Yet another headache is latency — the delays that build up as data are transmitted over the Internet. The speed of light sets a limit to how fast electronic (or, indeed, optical) signals can travel. It takes about two-tenths of a second for light to travel halfway around the earth in an optical fibre, an aeon for an impatient processor. Smart software is needed to ensure just-in-time data delivery. Otherwise, the range of problems that the Grid will be able to deal with will be confined to the so-called “embarrassingly parallel”.
Such computations are carried out on different machines that do not need to wait for results from one another to proceed. This is much simpler to organise than the typical types of parallel processing run on commodity clusters, where the calculations have to move in lockstep, sharing information at regular intervals. It is even more primitive when compared with such advanced supercomputers as IBM’s Blue Gene, in which constant communication between processors is the core concept.
Challenging as this technical issue may be, more mundane problems could be a greater nuisance. Much to the chagrin of Grid purists, the system will probably have to include means for conducting virtual brokerage of computer power. This is going to be needed for accounting purposes, especially when commercial applications are involved. At the first Global Grid Forum in Amsterdam last March, Bob Aiken, a manager at Cisco Systems in San Jose, California, warned that the biggest challenges to the successful deployment of the Grid will be social and political rather than technical. Several academics have already tried to devise solutions to this problem — by incorporating some of the business tricks adopted by the peer-to-peer companies. But until there are large applications running on the Grid, such proposals remain literally academic.
Debugged by Science
As with the Internet, scientific computing will be the first to benefit from the Grid — and the first to have to deal with the Grid’s teething problems. For instance, GriPhyN is a Grid being developed by a consortium of American laboratories for physics projects. One such study aims to analyse the enormous amounts of data logged during digital surveys of the whole sky using large telescopes. The Earth System Grid is part of another American academic initiative. In this case, the object is to make huge climate simulations spanning hundreds of years, and then analyse the massive banks of data that result. Other initiatives include an Earthquake Engineering Simulation Grid, a Particle Physics Data Grid, and an Information Power Grid Project supported by NASA for massive engineering calculations.

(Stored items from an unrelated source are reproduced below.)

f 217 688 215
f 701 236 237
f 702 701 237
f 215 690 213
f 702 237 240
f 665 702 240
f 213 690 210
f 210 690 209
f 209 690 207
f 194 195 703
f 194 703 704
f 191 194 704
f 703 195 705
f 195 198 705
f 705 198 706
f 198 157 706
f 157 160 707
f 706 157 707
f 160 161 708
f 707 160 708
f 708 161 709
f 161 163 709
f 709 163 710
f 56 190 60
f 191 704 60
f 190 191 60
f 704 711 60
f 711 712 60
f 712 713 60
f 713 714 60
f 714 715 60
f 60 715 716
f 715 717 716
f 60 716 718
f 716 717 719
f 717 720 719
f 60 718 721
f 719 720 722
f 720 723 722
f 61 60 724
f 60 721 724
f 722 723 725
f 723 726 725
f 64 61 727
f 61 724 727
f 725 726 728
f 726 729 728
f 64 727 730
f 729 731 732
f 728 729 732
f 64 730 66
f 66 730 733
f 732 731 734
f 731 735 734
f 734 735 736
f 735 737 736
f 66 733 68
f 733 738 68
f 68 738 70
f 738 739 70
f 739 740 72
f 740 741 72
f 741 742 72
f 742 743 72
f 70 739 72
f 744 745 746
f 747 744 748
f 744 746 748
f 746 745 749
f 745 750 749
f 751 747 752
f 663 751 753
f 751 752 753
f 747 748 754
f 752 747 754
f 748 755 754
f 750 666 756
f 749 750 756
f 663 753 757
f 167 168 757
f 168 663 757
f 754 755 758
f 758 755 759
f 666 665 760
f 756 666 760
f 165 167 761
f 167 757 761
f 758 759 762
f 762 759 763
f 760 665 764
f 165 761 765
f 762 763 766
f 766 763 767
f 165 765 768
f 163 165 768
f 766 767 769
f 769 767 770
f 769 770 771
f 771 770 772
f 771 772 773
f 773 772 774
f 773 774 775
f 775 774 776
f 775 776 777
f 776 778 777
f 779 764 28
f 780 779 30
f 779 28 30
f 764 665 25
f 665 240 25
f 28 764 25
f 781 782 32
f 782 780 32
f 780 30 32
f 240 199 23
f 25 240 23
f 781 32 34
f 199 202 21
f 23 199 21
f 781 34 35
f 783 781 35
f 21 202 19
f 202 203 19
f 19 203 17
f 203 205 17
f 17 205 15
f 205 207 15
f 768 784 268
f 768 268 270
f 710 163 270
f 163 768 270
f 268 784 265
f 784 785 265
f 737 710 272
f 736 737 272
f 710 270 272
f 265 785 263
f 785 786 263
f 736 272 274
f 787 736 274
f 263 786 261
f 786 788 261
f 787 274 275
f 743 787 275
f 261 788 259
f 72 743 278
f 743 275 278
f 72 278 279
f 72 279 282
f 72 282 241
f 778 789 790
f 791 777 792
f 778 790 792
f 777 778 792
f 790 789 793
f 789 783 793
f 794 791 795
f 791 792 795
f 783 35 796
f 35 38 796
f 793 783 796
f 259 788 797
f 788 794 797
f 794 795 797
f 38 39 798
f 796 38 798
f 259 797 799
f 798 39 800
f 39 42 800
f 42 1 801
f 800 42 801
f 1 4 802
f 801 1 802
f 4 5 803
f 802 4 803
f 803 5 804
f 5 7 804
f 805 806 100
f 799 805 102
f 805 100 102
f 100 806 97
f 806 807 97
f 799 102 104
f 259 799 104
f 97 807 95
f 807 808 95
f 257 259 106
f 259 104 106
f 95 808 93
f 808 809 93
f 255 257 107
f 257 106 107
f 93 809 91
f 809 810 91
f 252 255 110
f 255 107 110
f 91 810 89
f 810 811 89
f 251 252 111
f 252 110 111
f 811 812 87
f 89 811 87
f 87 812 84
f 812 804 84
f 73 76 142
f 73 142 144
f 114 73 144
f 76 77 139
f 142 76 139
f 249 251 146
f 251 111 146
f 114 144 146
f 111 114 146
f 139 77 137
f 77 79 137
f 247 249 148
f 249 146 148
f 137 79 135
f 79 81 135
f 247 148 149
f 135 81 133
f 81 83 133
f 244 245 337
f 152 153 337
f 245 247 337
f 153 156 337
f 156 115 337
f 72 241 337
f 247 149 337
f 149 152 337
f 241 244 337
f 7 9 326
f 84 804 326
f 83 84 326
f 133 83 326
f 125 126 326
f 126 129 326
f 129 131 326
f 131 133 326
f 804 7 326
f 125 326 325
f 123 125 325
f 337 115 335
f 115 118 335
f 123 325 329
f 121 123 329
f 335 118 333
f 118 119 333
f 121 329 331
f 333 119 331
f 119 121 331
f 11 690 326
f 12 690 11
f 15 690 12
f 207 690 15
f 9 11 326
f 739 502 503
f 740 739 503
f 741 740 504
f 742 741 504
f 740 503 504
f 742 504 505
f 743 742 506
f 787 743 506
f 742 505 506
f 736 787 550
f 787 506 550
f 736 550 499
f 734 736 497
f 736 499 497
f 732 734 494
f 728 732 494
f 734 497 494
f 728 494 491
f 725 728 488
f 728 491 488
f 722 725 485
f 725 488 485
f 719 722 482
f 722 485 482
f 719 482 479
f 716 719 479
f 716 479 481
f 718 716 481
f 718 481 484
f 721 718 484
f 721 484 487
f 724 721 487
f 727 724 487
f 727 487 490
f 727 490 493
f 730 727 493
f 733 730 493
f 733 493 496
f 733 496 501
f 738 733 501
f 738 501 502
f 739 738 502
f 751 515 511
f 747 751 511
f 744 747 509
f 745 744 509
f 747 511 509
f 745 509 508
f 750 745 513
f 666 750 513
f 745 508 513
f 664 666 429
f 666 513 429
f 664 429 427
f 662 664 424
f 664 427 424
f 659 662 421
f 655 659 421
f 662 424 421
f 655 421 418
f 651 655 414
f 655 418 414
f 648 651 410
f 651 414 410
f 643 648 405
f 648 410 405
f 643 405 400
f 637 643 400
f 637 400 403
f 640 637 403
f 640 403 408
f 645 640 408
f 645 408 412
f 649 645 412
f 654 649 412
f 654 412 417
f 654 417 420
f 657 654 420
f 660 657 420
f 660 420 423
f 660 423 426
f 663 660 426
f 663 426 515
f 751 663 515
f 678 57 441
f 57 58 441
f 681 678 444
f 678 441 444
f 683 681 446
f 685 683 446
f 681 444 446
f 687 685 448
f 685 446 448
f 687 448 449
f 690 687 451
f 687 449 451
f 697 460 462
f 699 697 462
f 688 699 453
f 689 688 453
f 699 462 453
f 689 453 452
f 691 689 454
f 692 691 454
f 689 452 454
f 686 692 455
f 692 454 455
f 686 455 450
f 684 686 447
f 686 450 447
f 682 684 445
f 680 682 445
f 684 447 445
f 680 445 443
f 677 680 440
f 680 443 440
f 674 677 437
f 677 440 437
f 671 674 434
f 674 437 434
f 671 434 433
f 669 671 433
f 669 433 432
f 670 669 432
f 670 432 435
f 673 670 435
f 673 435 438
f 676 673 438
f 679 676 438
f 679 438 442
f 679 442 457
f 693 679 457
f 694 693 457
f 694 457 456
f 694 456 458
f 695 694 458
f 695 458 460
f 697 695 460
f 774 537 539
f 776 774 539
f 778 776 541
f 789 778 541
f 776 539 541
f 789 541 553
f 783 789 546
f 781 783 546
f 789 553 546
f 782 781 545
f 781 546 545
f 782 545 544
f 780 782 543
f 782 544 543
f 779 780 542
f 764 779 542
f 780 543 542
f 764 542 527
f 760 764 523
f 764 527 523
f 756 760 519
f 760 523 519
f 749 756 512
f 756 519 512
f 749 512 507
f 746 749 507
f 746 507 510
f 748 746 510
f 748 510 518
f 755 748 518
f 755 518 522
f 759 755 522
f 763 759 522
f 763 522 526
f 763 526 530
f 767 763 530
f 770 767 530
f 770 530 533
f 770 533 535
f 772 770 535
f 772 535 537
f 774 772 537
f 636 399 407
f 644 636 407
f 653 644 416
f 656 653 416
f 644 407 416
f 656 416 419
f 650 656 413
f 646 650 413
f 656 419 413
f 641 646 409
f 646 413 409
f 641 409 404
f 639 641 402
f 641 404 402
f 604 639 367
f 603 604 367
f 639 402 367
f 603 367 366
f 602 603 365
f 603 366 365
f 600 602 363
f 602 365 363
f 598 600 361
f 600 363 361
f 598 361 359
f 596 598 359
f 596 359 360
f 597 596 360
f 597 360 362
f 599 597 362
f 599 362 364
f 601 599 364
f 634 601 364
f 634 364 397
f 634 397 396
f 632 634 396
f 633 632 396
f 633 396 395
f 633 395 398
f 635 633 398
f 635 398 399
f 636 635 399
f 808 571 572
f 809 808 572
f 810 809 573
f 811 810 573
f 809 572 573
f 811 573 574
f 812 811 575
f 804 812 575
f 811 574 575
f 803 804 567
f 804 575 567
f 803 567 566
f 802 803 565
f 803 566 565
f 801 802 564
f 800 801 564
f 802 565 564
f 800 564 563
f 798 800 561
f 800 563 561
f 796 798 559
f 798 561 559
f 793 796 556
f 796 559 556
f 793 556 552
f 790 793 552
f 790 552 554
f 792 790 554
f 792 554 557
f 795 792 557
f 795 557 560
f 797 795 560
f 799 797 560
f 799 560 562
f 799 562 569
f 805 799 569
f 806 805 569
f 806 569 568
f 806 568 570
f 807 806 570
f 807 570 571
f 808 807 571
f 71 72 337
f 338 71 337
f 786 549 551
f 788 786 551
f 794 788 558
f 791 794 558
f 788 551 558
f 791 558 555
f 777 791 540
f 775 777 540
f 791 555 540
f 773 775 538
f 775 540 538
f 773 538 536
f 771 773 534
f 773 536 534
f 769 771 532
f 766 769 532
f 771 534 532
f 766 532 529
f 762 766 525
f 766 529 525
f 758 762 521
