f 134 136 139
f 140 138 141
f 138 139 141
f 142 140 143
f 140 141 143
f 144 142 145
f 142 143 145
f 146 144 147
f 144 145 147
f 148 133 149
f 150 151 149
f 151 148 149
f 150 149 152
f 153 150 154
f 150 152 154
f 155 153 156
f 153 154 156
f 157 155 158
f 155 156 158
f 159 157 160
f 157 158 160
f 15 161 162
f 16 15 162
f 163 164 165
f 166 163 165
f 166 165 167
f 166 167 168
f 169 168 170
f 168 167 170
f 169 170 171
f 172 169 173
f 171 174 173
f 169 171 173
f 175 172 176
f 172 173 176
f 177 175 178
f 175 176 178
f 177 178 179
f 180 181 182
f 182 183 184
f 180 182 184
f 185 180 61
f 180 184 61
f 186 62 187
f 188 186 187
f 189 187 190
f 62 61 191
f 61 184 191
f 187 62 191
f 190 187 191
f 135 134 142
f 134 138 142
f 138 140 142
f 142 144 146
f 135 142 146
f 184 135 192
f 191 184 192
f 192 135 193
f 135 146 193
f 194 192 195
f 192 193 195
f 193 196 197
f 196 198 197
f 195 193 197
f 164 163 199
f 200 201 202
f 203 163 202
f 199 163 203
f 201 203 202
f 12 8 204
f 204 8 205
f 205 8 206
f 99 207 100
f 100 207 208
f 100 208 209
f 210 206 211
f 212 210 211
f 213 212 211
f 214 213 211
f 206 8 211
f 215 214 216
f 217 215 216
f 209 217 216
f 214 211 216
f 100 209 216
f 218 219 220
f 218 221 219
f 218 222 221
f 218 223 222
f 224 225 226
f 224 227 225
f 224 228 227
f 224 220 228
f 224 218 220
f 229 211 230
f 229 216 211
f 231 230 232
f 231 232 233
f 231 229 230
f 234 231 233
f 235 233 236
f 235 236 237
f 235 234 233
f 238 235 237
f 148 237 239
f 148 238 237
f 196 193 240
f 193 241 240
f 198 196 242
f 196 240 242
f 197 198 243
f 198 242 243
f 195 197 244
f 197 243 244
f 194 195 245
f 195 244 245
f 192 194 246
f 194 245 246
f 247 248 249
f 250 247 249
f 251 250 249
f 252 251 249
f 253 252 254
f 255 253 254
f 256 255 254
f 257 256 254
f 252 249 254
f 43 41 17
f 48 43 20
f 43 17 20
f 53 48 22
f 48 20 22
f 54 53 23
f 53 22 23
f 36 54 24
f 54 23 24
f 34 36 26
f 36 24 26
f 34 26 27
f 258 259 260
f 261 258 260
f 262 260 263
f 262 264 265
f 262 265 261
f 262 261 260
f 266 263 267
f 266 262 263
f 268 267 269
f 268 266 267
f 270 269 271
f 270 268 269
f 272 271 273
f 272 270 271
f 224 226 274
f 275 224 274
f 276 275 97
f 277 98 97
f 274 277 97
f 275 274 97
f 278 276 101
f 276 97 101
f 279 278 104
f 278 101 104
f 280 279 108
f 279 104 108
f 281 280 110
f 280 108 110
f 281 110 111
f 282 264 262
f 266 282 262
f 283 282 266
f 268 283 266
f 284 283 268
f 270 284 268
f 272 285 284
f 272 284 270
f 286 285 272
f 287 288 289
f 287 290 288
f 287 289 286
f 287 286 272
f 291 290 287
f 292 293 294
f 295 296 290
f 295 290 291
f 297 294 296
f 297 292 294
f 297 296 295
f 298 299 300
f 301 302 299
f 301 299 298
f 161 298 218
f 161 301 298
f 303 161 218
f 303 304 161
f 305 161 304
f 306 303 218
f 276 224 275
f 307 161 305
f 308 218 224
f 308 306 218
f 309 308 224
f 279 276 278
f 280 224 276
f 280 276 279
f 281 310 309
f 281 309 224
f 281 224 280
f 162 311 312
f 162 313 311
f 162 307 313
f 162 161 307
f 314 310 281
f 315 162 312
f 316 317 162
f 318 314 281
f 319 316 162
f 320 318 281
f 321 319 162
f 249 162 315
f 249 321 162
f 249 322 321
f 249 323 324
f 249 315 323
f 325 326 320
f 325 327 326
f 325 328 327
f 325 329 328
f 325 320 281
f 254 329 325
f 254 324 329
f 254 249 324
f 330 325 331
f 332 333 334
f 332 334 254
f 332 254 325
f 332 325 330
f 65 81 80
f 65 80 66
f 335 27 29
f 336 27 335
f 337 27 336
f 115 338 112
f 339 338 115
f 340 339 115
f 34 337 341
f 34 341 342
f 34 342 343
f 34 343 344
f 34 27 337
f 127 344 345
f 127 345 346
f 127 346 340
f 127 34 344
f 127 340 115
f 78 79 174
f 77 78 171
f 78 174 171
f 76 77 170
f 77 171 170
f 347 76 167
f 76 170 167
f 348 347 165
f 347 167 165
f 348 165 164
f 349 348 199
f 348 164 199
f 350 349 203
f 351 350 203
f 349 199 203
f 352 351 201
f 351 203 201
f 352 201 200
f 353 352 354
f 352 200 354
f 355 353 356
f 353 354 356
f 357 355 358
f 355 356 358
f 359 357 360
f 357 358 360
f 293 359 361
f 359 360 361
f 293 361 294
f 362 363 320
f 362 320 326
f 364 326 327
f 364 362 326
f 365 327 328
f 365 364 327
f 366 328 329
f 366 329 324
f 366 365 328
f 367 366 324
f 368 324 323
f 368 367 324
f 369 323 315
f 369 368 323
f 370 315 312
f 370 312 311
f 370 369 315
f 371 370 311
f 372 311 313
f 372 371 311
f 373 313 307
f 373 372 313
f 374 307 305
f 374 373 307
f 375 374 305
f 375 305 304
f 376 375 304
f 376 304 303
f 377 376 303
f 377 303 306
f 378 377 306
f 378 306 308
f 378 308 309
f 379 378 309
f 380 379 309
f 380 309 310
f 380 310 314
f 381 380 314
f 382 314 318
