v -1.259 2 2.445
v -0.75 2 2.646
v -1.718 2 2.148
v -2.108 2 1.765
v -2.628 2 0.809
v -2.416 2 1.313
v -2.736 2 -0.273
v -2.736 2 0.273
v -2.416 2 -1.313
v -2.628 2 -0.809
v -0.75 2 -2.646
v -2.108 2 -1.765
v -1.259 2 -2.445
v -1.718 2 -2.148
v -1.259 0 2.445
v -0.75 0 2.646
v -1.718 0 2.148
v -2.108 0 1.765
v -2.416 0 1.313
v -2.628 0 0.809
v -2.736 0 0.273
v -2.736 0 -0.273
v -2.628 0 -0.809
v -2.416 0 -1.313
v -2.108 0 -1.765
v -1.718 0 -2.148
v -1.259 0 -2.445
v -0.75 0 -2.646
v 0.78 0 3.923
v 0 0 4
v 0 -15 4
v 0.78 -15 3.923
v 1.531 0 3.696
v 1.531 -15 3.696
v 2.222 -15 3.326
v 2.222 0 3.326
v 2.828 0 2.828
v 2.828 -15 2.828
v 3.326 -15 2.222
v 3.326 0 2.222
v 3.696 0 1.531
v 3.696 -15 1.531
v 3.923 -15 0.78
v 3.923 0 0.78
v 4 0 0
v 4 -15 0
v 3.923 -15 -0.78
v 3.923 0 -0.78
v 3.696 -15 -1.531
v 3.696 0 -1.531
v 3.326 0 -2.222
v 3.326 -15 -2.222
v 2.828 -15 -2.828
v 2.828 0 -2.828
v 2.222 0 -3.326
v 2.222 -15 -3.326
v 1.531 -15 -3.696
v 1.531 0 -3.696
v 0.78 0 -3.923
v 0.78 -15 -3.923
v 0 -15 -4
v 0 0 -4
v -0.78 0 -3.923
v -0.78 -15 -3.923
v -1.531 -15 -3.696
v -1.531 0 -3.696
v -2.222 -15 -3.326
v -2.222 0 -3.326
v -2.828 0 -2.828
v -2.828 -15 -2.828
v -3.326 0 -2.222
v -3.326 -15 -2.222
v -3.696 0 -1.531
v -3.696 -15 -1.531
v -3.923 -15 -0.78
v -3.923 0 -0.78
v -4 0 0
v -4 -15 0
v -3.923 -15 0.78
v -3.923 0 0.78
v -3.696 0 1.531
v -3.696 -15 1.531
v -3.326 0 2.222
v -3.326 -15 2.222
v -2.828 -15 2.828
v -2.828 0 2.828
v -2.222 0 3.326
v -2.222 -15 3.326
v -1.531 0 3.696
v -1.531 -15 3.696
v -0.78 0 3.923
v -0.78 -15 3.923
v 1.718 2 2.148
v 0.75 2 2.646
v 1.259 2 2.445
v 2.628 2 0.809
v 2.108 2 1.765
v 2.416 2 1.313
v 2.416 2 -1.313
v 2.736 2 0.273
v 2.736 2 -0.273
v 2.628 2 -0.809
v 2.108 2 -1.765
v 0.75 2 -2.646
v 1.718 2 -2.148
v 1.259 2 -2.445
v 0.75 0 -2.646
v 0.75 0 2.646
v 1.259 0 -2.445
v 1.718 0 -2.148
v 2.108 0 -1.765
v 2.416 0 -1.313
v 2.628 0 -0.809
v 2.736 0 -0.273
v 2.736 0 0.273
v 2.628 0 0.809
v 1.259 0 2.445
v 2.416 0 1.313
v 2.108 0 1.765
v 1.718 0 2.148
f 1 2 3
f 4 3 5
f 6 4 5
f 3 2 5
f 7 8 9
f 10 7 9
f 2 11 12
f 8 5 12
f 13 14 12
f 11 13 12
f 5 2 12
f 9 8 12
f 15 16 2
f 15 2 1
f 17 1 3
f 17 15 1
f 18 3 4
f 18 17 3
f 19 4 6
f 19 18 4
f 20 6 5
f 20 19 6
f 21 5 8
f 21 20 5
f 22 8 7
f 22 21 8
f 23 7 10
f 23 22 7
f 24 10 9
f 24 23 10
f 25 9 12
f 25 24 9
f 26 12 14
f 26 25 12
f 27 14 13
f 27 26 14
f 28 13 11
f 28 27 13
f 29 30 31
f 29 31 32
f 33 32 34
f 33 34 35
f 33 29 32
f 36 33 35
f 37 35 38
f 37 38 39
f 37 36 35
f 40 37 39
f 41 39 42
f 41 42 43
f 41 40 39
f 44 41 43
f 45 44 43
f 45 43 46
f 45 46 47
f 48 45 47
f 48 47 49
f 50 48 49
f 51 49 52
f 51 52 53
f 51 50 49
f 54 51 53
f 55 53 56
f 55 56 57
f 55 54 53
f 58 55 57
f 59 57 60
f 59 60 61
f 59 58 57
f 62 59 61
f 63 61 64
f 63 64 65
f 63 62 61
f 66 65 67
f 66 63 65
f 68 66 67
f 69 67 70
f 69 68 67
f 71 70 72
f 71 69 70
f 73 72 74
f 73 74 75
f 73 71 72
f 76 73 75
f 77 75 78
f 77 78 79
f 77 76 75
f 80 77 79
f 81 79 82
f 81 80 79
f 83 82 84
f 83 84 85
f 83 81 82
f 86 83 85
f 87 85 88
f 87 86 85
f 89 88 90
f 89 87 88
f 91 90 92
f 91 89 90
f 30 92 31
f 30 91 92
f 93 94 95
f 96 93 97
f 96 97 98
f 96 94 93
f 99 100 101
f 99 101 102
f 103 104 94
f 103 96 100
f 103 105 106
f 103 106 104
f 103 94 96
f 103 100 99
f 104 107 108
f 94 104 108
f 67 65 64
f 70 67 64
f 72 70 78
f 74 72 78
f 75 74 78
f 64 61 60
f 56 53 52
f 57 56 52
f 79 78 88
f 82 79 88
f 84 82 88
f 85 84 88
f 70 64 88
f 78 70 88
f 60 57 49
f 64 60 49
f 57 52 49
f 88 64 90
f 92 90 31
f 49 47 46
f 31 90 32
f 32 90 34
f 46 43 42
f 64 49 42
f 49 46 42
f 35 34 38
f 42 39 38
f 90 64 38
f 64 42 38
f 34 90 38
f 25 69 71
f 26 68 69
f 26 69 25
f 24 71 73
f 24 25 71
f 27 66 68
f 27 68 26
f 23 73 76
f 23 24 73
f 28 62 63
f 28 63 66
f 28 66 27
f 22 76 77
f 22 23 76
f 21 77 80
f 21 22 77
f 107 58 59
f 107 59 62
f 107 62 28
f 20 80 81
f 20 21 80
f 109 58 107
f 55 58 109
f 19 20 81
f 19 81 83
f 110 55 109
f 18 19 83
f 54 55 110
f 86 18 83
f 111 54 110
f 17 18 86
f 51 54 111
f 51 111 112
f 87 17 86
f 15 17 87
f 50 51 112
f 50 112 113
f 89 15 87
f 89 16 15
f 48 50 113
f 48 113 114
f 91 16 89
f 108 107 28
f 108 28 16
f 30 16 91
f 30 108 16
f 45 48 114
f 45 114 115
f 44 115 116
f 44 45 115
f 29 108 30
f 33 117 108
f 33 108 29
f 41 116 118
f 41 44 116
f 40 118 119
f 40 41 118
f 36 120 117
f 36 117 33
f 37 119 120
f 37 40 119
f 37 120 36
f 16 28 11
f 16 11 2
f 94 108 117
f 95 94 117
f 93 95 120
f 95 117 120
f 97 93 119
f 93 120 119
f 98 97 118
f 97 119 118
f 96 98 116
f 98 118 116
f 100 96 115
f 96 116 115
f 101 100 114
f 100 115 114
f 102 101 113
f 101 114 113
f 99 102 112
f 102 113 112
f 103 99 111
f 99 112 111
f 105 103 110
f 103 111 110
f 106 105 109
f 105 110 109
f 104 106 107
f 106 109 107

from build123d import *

# Parameters (mm, degrees)
SKETCH2_R           = 4
BOSS_EXTRUDE1_DEPTH = 15
BOSS_EXTRUDE2_DEPTH = 2


with BuildPart() as part:
    # Sketch2 → Boss-Extrude1 (new body)
    with BuildSketch(Plane(origin=(0, 0, 0), x_dir=(1, 0, 0), z_dir=(0, 1, 0))):
        with Locations(Location((0, 0, 0), (0, 0, 270))):
            Circle(SKETCH2_R)
    extrude(amount=-BOSS_EXTRUDE1_DEPTH)

    # Sketch3 → Boss-Extrude2 (add)
    with BuildSketch(Plane(origin=(0, 0, 0), x_dir=(1, 0, 0), z_dir=(0, 1, 0))):
        with BuildLine():
            Line((-0.75, 2.645751311), (-0.75, -2.645751311))
            ThreePointArc((-0.75, -2.645751311), (-2.75, 0), (-0.75, 2.645751311))
        make_face()
        with BuildLine():
            Line((0.75, 2.645751311), (0.75, -2.645751311))
            ThreePointArc((0.75, -2.645751311), (2.75, 0), (0.75, 2.645751311))
        make_face()
    extrude(amount=BOSS_EXTRUDE2_DEPTH)


solid = part.part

Perhaps the most urgent example where a Grid solution is needed is at CERN, the European high-energy physics laboratory near Geneva. It is here, beneath the green fields straddling the French border, that the next generation Large Hadron Collider (LHC) will produce data at unheard-of rates when it starts running in 2005. The particle collisions in the LHC’s underground ring will spew out petabytes (billions of megabytes) of data per second — enough to fill all the hard-drives in the world within days.